GuardAgent achieves high accuracy with minimal in-context examples (as low as k=1k=1), indicating strong few-shot generalization (Fig. 4).


Generalization and Adaptability

GuardAgent displays zero-shot generalization: Without provided functions or demonstrations, the LLM frequently auto-defines precise procedural guardrail code, achieving 90.8% LPA/96.1% CCA in challenging settings. LLMs intrinsically favor code-based guardrail synthesis even absent specific code instructions, confirming code as a robust modulating mechanism. Figure 2

Figure 2: Example of dynamic function definition by GuardAgent in zero-shot guardrail code generation.


Implementation and Deployment Considerations

  • Extendable Toolbox: Users/developers can flexibly augment GuardAgent’s callable function set to support new agent interfaces and guard requests.
  • Training-Free: In-context learning enables direct use of off-the-shelf LLMs (e.g., GPT-4) without model fine-tuning.
  • Computational Efficiency: Average execution time is competitive with target agent inference; full pipeline completes in <1min per example for practical agents (see App. Execution Time).
  • Modular Integration: GuardAgent can be attached to any LLM agent system with exportable logs; guardrail decision and enforcement are decoupled from main agent implementation.
  • Limitations: Reliance on core LLM reasoning ability for complex guardrails; mitigating errors in highly ambiguous or lengthy queries requires more diverse demonstrations or stronger LLMs.

Practical and Theoretical Implications

GuardAgent advances the trustworthy deployment of LLM agents by introducing a scalable, transferable, and precise enforcement mechanism for highly heterogeneous guard requests. Its ability to generalize to novel agents, rulesets, and domains and its procedural enforcement via code execution rather than text moderation addresses critical gaps in current LLM safety paradigms.
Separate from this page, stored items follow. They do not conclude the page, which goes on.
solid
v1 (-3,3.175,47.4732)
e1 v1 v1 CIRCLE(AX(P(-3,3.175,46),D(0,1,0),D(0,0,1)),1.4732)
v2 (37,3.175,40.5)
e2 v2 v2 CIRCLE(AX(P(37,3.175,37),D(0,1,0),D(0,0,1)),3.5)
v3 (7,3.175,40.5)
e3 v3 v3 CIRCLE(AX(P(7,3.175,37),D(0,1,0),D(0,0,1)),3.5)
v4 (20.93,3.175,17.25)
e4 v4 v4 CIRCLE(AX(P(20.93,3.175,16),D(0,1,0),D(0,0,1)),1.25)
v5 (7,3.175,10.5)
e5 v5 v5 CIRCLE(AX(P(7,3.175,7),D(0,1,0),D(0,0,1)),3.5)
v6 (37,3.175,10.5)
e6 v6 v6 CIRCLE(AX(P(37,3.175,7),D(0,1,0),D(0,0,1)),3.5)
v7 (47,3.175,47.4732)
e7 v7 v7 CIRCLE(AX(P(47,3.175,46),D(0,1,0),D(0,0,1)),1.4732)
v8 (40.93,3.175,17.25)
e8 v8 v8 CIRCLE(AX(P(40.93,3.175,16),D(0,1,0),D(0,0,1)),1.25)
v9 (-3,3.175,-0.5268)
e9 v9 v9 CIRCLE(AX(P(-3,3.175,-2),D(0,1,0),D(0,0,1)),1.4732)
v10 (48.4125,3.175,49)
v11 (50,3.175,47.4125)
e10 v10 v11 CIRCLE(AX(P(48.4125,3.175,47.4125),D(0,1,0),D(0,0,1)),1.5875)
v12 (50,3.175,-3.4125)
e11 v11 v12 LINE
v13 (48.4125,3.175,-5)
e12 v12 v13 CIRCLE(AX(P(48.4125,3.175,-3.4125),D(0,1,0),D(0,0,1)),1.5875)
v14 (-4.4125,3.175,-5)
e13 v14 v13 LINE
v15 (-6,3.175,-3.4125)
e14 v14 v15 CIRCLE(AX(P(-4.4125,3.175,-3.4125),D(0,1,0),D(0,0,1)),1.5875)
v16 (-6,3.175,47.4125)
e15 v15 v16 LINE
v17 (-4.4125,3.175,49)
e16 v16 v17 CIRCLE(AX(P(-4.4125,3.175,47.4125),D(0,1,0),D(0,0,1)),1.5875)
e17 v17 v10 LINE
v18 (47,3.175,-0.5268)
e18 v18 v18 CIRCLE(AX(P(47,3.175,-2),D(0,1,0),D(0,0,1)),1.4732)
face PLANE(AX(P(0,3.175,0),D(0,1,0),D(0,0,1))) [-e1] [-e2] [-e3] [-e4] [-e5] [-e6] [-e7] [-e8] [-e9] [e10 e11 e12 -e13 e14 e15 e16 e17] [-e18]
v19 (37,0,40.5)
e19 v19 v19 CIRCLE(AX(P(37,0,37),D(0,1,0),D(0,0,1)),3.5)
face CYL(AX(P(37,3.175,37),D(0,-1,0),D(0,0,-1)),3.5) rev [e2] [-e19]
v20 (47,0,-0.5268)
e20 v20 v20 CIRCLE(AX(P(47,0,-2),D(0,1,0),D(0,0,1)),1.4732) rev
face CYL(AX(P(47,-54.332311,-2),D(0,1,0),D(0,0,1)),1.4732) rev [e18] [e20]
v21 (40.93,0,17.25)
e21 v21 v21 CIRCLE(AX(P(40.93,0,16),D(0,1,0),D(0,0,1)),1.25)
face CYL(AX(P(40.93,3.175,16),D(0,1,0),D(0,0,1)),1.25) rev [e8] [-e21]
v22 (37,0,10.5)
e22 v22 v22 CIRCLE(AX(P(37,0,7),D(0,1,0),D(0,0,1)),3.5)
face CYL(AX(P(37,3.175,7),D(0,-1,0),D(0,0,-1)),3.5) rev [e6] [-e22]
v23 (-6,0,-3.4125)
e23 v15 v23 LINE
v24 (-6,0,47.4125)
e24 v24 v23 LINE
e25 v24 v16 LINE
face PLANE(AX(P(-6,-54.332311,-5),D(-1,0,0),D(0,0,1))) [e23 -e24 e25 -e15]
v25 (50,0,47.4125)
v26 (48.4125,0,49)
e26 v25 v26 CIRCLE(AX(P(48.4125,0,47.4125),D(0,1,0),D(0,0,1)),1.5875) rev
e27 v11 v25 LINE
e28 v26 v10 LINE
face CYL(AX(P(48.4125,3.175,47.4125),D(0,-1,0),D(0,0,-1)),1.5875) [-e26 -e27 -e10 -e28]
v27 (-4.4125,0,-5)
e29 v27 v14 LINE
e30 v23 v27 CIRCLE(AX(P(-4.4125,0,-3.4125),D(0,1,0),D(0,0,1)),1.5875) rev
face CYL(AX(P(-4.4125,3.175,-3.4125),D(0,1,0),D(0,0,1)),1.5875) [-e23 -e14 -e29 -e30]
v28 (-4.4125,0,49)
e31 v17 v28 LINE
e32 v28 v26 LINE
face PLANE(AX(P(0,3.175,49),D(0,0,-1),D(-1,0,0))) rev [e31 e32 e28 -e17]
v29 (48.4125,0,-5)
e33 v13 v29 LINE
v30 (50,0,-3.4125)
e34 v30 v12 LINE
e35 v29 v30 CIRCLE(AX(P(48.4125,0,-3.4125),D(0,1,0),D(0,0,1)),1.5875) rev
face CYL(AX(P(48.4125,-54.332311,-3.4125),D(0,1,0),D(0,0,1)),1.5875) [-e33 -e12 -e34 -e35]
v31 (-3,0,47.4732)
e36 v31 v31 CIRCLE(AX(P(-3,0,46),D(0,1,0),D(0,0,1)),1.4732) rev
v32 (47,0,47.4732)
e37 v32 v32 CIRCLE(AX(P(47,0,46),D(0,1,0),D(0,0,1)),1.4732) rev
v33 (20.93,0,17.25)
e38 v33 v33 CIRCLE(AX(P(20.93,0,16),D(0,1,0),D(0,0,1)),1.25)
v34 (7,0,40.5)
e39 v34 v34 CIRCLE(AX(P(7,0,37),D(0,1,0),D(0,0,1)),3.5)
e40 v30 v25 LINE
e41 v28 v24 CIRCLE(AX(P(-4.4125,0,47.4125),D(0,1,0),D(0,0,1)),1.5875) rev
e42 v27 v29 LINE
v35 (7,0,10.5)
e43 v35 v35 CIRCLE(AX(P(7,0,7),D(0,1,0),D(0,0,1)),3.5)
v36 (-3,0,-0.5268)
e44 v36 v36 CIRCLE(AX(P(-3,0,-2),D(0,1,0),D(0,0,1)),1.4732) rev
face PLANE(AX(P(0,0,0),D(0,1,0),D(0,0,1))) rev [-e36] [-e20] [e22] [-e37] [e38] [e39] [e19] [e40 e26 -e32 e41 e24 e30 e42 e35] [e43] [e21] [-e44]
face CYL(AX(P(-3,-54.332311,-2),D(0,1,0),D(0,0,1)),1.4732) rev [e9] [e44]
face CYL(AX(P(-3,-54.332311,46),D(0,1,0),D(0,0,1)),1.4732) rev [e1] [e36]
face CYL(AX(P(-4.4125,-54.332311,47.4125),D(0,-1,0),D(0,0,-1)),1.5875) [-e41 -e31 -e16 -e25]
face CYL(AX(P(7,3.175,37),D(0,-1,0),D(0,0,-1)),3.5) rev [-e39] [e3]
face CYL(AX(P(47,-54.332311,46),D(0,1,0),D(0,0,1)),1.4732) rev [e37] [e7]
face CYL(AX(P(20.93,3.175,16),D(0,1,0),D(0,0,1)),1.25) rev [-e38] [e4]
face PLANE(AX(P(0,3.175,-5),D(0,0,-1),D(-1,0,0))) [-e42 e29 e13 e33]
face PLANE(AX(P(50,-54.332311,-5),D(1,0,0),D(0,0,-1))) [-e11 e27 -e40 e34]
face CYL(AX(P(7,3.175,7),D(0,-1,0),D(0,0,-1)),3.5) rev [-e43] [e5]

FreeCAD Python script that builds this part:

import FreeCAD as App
import Part
import Sketcher

V = App.Vector
Q = App.Units.Quantity


def edges_at(feature, points):
    """Names of the edges that pass closest to the given points."""
    edges = feature.Shape.Edges
    near = lambda p: min(range(len(edges)), key=lambda i: edges[i].distToShape(Part.Vertex(*p))[0])
    return sorted({f"Edge{near(p) + 1}" for p in points})

doc = App.newDocument("Part")
body = doc.addObject("PartDesign::Body", "Body")

# Sketch on XZ plane
sketch1 = body.newObject("Sketcher::SketchObject", "Sketch")
sketch1.AttachmentSupport = (doc.getObject("XZ_Plane"), [""])
sketch1.MapMode = "FlatFace"
sketch1.addGeometry(Part.LineSegment(V(0, 49, 0), V(44, 49, 0)), False)
sketch1.addGeometry(Part.LineSegment(V(44, 49, 0), V(44, -5, 0)), False)
sketch1.addGeometry(Part.LineSegment(V(44, -5, 0), V(0, -5, 0)), False)
sketch1.addGeometry(Part.LineSegment(V(0, -5, 0), V(0, 49, 0)), False)
sketch1.addGeometry(Part.Circle(V(7, 37, 0), V(0, 0, 1), 3.5), False)
sketch1.addGeometry(Part.Circle(V(37, 37, 0), V(0, 0, 1), 3.5), False)
sketch1.addGeometry(Part.Circle(V(20.9, 16, 0), V(0, 0, 1), 0.5), False)
sketch1.addGeometry(Part.Circle(V(7, 7, 0), V(0, 0, 1), 3.5), False)
sketch1.addGeometry(Part.Circle(V(40.9, 16, 0), V(0, 0, 1), 0.5), False)
sketch1.addGeometry(Part.Circle(V(37, 7, 0), V(0, 0, 1), 3.5), False)
sketch1.addConstraint(Sketcher.Constraint("Coincident", 0, 2, 1, 1))
sketch1.addConstraint(Sketcher.Constraint("Coincident", 1, 2, 2, 1))
sketch1.addConstraint(Sketcher.Constraint("Coincident", 2, 2, 3, 1))
sketch1.addConstraint(Sketcher.Constraint("Coincident", 3, 2, 0, 1))
sketch1.addConstraint(Sketcher.Constraint("Horizontal", 0))
sketch1.addConstraint(Sketcher.Constraint("Vertical", 1))
sketch1.addConstraint(Sketcher.Constraint("Horizontal", 2))
sketch1.addConstraint(Sketcher.Constraint("Vertical", 3))
sketch1.addConstraint(Sketcher.Constraint("Equal", 4, 5))
sketch1.addConstraint(Sketcher.Constraint("Equal", 5, 7))
sketch1.addConstraint(Sketcher.Constraint("Equal", 6, 8))
sketch1.addConstraint(Sketcher.Constraint("Equal", 7, 9))
sketch1.addConstraint(Sketcher.Constraint("PointOnObject", 2, 2, -2))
Theoretically, this work underscores the efficacy of knowledge-enabled reasoning and code synthesis for AI governance, and suggests that LLM agents can themselves be leveraged as meta-moderators. Future work may extend GuardAgent to multi-agent orchestration, richer toolboxes (including cross-modal and third-party APIs), and real-time interactive environments.


Conclusion

GuardAgent provides a mechanism for robustly enforcing arbitrary guardrails over LLM agents, bridging the gap between high-level safety/policy requirements and actionable agent moderation. Its architecture—reliant on knowledge-enabled reasoning, code generation, and modular extension—offers practical safeguards with strong empirical guarantees, demonstrating promise for future AI safety and governance implementations.